It's up to each player to keep up the fitness

Dublin's McCarthy feels like a kid again kicking ball against a wall with 2020 season up in the air

WORKING SOLO: Dublin’s James McCarthy is promoting the AIG Show Your Skills Challenge in support of the 20x20 movement. AIG are calling on women and girls of all ages, all abilities and all sports to showcase their talents by entering the online competition at aig.ie/skills to be in with a chance to win a monthly €1,000 prize. Photo: Seb Daly/Sportsfile

Conor McKeon

There has been a familiar rhythm to Dublin's seasons of late and in any normal year, this would be the best time to be a Dublin footballer.

The League, with Dublin's now habitual late start and the slog built into the same months, is to be endured rather than enjoyed.

April/May then is when the squad is usually trimmed to championship length and they make the short migration down the Malahide Road, from the rustic environs of Innisfails to the relative cosiness of St. Clare's, their summer sanctuary just off Griffith Avenue.

Not that there's anything particularly salubrious about 'the bunker'.

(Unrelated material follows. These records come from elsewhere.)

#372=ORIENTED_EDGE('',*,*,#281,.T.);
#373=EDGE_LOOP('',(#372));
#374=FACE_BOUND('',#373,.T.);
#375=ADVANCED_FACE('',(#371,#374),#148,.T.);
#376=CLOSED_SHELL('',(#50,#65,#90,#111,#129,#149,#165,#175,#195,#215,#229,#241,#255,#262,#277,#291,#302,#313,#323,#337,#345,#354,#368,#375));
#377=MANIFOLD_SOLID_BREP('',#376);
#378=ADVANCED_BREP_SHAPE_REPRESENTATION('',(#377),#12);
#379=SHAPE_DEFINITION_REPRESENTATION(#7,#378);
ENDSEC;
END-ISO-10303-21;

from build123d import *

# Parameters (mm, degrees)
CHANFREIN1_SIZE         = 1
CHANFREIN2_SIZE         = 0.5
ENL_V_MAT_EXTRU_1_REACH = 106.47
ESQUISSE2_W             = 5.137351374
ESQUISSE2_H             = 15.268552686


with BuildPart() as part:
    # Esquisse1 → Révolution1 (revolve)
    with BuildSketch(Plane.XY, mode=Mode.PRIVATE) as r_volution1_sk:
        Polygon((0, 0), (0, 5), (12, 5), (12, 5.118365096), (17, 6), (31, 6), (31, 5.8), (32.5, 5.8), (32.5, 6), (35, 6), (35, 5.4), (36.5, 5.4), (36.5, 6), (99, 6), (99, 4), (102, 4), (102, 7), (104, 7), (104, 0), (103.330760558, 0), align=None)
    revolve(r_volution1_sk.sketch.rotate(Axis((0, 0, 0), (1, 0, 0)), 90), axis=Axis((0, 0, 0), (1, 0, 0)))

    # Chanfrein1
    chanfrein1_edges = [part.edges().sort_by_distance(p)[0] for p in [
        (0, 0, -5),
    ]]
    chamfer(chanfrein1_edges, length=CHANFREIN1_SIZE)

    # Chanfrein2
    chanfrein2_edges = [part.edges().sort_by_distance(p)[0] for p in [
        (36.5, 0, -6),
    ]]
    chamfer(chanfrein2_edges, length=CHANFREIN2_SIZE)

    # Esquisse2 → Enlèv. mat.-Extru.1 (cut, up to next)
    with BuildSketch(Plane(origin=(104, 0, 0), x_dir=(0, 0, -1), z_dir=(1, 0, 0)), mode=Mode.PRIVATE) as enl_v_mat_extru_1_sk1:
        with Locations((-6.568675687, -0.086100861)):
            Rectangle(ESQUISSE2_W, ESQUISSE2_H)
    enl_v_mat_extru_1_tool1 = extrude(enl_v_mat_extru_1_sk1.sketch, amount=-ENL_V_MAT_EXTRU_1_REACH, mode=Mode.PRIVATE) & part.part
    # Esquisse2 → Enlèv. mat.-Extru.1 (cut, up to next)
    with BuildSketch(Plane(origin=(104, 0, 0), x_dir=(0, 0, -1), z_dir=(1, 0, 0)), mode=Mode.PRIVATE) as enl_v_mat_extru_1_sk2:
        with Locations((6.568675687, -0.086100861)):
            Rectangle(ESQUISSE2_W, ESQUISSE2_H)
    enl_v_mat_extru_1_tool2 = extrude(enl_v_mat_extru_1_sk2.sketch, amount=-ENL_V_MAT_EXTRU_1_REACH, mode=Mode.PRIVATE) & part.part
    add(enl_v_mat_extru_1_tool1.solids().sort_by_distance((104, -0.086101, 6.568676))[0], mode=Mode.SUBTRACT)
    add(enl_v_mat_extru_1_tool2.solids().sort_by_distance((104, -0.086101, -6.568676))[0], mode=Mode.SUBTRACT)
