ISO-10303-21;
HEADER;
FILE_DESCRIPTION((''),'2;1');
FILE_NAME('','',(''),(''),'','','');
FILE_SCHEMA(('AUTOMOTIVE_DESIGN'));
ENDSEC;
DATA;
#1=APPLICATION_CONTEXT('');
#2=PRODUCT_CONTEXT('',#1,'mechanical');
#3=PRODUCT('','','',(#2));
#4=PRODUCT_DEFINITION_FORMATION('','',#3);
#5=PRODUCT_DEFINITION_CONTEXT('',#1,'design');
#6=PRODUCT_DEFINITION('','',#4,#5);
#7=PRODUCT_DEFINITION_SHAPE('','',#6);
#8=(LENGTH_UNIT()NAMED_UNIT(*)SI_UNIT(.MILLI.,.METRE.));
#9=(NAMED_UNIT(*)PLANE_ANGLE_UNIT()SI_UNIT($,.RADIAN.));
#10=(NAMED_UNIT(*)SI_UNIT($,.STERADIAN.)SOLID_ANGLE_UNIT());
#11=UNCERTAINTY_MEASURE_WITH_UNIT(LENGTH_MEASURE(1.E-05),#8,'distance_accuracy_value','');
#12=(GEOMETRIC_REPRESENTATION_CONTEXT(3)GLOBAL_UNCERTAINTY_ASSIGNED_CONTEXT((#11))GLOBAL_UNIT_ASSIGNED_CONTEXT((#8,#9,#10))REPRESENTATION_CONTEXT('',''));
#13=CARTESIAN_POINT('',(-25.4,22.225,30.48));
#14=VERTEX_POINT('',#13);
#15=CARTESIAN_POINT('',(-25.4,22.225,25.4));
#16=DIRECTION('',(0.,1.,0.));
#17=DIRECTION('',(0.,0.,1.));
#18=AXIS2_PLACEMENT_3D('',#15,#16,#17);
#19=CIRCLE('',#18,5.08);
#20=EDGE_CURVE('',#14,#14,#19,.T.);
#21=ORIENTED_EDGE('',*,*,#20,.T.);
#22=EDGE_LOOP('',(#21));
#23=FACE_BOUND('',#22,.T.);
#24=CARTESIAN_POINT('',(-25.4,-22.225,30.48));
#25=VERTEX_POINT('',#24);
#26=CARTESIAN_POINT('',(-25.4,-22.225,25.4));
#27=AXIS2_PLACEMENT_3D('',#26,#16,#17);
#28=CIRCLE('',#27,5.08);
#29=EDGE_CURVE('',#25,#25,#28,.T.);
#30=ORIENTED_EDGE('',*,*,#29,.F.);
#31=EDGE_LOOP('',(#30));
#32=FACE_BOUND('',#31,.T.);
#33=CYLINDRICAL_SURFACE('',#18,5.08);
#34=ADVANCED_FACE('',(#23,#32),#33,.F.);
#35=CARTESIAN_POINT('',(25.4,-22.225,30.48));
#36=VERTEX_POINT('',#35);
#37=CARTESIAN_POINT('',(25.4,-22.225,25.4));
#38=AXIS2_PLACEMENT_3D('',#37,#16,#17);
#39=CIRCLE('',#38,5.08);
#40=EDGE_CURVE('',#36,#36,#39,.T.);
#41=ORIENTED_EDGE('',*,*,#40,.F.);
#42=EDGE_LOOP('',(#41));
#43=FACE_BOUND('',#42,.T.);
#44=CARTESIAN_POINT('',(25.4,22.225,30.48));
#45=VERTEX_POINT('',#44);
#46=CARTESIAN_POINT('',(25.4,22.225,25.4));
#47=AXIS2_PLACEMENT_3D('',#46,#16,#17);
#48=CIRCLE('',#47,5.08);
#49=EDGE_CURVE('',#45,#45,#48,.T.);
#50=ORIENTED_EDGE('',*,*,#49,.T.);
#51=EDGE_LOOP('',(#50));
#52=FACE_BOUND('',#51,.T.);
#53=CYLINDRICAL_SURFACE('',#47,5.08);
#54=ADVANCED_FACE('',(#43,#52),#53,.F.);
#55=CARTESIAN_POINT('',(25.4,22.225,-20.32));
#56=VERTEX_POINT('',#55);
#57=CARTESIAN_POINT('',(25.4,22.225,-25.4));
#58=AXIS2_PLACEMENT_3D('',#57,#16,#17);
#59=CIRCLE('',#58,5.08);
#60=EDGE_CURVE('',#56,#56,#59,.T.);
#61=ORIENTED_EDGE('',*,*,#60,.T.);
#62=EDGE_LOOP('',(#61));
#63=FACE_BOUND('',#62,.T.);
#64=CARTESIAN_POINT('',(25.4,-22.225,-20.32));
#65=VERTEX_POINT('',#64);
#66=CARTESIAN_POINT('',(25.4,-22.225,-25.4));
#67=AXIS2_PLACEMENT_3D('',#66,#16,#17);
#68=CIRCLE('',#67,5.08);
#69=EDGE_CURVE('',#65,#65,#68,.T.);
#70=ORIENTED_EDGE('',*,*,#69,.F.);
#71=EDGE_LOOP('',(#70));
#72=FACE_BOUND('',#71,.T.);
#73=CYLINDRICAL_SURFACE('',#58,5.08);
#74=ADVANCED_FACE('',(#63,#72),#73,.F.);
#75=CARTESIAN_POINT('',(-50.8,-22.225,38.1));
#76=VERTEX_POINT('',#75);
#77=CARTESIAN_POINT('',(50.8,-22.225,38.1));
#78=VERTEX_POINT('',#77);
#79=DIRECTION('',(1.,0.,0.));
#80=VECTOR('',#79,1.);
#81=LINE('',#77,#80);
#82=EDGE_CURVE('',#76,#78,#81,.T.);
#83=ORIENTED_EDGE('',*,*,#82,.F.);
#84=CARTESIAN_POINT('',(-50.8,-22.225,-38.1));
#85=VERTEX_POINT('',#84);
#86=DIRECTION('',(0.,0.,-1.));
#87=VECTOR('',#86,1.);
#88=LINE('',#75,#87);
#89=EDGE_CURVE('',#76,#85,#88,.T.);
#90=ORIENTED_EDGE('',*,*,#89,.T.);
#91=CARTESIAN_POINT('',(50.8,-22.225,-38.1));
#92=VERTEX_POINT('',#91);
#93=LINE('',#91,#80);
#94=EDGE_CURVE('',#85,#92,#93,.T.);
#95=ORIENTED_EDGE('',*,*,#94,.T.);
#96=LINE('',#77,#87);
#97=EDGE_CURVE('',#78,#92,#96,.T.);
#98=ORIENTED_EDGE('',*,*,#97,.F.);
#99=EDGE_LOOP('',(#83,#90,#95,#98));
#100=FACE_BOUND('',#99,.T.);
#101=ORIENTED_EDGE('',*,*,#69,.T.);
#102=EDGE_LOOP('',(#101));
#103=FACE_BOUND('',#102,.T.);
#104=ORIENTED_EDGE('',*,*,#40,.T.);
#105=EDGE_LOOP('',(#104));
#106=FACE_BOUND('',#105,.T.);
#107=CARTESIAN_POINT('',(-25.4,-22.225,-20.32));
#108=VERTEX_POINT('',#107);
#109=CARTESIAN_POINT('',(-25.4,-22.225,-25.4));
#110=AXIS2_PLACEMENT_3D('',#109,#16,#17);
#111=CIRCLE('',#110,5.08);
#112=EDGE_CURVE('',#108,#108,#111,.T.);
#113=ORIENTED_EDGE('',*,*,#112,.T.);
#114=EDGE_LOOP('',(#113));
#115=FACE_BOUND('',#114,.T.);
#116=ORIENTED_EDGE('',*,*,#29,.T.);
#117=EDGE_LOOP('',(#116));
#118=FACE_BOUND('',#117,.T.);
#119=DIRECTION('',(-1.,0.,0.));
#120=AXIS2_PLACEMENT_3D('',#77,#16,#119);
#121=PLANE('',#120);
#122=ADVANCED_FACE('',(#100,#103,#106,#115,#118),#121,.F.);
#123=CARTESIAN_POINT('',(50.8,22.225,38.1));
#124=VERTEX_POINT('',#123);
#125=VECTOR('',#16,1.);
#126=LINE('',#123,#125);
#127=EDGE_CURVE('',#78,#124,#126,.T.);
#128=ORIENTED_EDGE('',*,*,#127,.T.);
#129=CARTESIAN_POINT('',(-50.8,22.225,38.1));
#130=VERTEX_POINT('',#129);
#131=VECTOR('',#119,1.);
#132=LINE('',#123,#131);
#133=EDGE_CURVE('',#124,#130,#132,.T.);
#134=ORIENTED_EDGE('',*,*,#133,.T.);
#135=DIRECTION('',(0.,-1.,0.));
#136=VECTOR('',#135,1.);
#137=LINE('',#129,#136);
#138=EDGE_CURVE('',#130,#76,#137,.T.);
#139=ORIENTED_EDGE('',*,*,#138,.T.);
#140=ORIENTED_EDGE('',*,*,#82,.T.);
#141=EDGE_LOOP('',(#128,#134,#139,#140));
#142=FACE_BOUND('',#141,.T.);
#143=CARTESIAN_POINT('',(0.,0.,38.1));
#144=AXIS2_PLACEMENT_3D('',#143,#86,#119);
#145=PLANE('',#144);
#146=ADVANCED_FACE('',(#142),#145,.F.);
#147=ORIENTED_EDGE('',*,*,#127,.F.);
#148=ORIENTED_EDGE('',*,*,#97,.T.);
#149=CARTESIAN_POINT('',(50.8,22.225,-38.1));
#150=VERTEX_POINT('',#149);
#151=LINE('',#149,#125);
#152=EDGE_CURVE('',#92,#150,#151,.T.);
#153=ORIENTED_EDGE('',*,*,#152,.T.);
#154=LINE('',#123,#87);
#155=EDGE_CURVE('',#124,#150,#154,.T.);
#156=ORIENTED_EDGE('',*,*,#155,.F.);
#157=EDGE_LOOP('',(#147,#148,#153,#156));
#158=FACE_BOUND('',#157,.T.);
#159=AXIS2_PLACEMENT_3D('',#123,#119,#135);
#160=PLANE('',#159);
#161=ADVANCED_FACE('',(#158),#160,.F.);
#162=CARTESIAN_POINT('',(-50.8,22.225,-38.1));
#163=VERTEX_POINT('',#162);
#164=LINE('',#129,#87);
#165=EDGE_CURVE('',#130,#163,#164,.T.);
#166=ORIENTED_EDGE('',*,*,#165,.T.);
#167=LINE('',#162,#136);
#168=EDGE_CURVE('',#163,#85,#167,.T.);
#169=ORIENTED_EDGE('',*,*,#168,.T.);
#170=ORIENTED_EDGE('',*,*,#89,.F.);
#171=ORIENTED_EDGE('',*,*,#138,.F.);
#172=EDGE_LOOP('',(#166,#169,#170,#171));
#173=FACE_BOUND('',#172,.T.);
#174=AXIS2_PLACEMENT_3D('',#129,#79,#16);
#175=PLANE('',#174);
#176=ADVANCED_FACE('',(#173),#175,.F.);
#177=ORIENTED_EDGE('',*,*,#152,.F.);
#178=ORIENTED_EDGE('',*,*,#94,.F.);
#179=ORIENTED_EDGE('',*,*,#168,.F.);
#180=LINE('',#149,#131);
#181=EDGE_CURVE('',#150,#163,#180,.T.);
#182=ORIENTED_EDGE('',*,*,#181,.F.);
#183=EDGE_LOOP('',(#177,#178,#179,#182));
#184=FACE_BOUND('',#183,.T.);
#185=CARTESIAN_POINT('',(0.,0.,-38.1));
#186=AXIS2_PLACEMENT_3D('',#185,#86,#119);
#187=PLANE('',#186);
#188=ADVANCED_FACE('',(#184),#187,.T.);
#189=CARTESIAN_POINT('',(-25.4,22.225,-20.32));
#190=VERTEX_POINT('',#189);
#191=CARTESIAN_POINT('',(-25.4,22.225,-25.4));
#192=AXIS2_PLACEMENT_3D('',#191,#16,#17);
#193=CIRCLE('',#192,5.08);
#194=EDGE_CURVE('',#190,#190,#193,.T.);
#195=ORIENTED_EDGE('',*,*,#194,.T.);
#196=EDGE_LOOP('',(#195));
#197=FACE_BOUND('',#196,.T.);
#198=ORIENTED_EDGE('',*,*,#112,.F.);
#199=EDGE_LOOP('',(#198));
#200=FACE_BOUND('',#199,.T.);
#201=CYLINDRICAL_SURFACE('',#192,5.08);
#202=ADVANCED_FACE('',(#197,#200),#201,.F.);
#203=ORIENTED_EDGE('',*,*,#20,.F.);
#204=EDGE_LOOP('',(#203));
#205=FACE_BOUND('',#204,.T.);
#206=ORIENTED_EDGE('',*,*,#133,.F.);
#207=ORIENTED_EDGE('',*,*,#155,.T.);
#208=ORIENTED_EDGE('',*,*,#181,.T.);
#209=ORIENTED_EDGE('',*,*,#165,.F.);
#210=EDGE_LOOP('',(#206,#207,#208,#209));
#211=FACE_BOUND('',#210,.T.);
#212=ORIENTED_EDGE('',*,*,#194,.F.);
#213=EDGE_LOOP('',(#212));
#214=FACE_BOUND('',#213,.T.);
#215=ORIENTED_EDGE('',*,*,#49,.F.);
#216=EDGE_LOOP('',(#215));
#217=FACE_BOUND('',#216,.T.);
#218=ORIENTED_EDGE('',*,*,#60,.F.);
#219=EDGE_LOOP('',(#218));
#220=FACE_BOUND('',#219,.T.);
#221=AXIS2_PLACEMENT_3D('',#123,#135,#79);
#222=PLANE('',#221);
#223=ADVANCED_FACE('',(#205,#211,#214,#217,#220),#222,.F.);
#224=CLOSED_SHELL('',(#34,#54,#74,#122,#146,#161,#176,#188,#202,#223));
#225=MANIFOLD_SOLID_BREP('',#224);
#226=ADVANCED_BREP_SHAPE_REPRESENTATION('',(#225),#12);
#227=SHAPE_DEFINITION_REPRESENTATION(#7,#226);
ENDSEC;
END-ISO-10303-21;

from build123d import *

# Parameters (mm, degrees)
SKETCH1_W               = 101.6
SKETCH1_H               = 44.45
BOSS_EXTRUDE1_DEPTH     = 38.1
F_0_4IN_DIAMETER_HOLE_D = 10.16


with BuildPart() as part:
    # Sketch1 → Boss-Extrude1 (new, symmetric)
    with BuildSketch(Plane.XY):
        Rectangle(SKETCH1_W, SKETCH1_H)
    extrude(amount=BOSS_EXTRUDE1_DEPTH, both=True)

    # 0.4in diameter hole (through all)
    with Locations(Plane(origin=(0, 22.225, 0), x_dir=(1, 0, 0), z_dir=(0, 1, 0))):
        with Locations((-25.4, 25.4), (-25.4, -25.4), (25.4, -25.4), (25.4, 25.4)):
            Hole(F_0_4IN_DIAMETER_HOLE_D / 2)


solid = part.part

But it's functional, it's home for the championship months and it's there that they feel the sun on their backs for the first time as they build and bond towards another All-Ireland tilt.

Now?

SHORT SEASON: Referee Seán Hurson with captains David Clifford of Kerry and James McCarthy of Dublin ahead of the Allianz Football League Division 1 opener in January. Photo: Ramsey Cardy/Sportsfile

James McCarthy reckons he's lucky to have three different grass areas within a two kilometre radius of his house so he run alone and kick a ball to himself.

"You're nearly like a kid again going out to the back garden and kicking a football off the wall", he explains.

"That's the best of the skills (training) you're doing really and if I'm going to the park, I've two or three balls myself and try and kick a few scores.

Lucky

"I've turned into a bit of a DIY merchant at home and cleared out the garage and done the garden up. And I have a few weights in the garden and trying to keep my strength up that way."

Though the walls of his house may seem an inch closer to one another each day he looks, McCarthy knows he's lucky.

He has spoken to Jack McCaffrey and Mick Fitzsimons, both of whom are part of the front line medical resistance against COVID-19 and each of whom are under real life pressures during this time.

On March 1, McCarthy turned 30 and this was set to be his 11th championship season with Dublin.

He is optimistic though that the national thirst for organised sport when the 'new normal' is reversed will be such that the championship could be the best attended and most anticipated of his career.

Certainly, it will be among the most nationally appreciated.

McCarthy predicts these things mostly, because the alternative - a year without an All-Ireland SFC - is too awful to fathom.

He has watched the big, global sporting events tumble with increasing dread but is thankful that the GAA is not married to any specific date or even a particular time frame to stage something.

Anything.

Until then, he is immersing himself in the most physically restrictive, mentally torturous training regime of his life.

"There are times you are going to lose motivation because that's natural," he admits.

"And when you do miss training for a day it's about getting back on the horse as soon as you can.

"It's normal to have those bad days.

"You just have to plan your weeks and days. That's the best way, I find but it is a big challenge and the longer you're away from the group the more you miss training."

There's a sturdy argument to be made that by the time whatever class of championship we have this year begins (if ever) Dessie Farrell will be the least prepared Dublin manager ever.

Appointed in December, shut down by March.

Wondering now, presumably, whether his first season in the role into which he was so hastily appointed will be a complete write-off.

On the evening they drew with Kerry in Farrell's first league game in charge, he revealed that collectively, the squad had trained just three times.

From then until the GAA announced its nationwide cessation of activity on Thursday, March 12, they had barely eight and a half weeks together.

Six of the most established members of the squad; Stephen Cluxton, Jonny Cooper, Cian O'Sullivan, Michael Darragh Macauley, Diarmuid Connolly and Con O'Callaghan, had yet to play a minute of football at the time sport in this country was discontinued.

And though there is no possibility of clarity on how a 2020 All-Ireland SFC might now look yet, it's unlikely to come with any significant lead-in time after the resumption of social normalities.

"It's a huge challenge", admits McCarthy, Farrell's captain during the part of the League already played in the absence of Stephen Cluxton.

"You're not training together as a team, you are not working on your combinations and your plans, so that is a huge challenge."

The 'new normal' doesn't make for sharp footballers.

And it may be that the teams who thrive most in any championship played this year will be the group of players who suffer the least wastage during these idle times.

"There is a lot of individual responsibility on guys to try tip away and stay fit, get fitter, get stronger", McCarthy explains.

"But it is a huge challenge, especially for younger guys on the team, trying to get combinations together is challenging.

"But", McCarthy adds, "the thing is everybody is in the same boat, so you just try hit the ground as best you can when we do get back."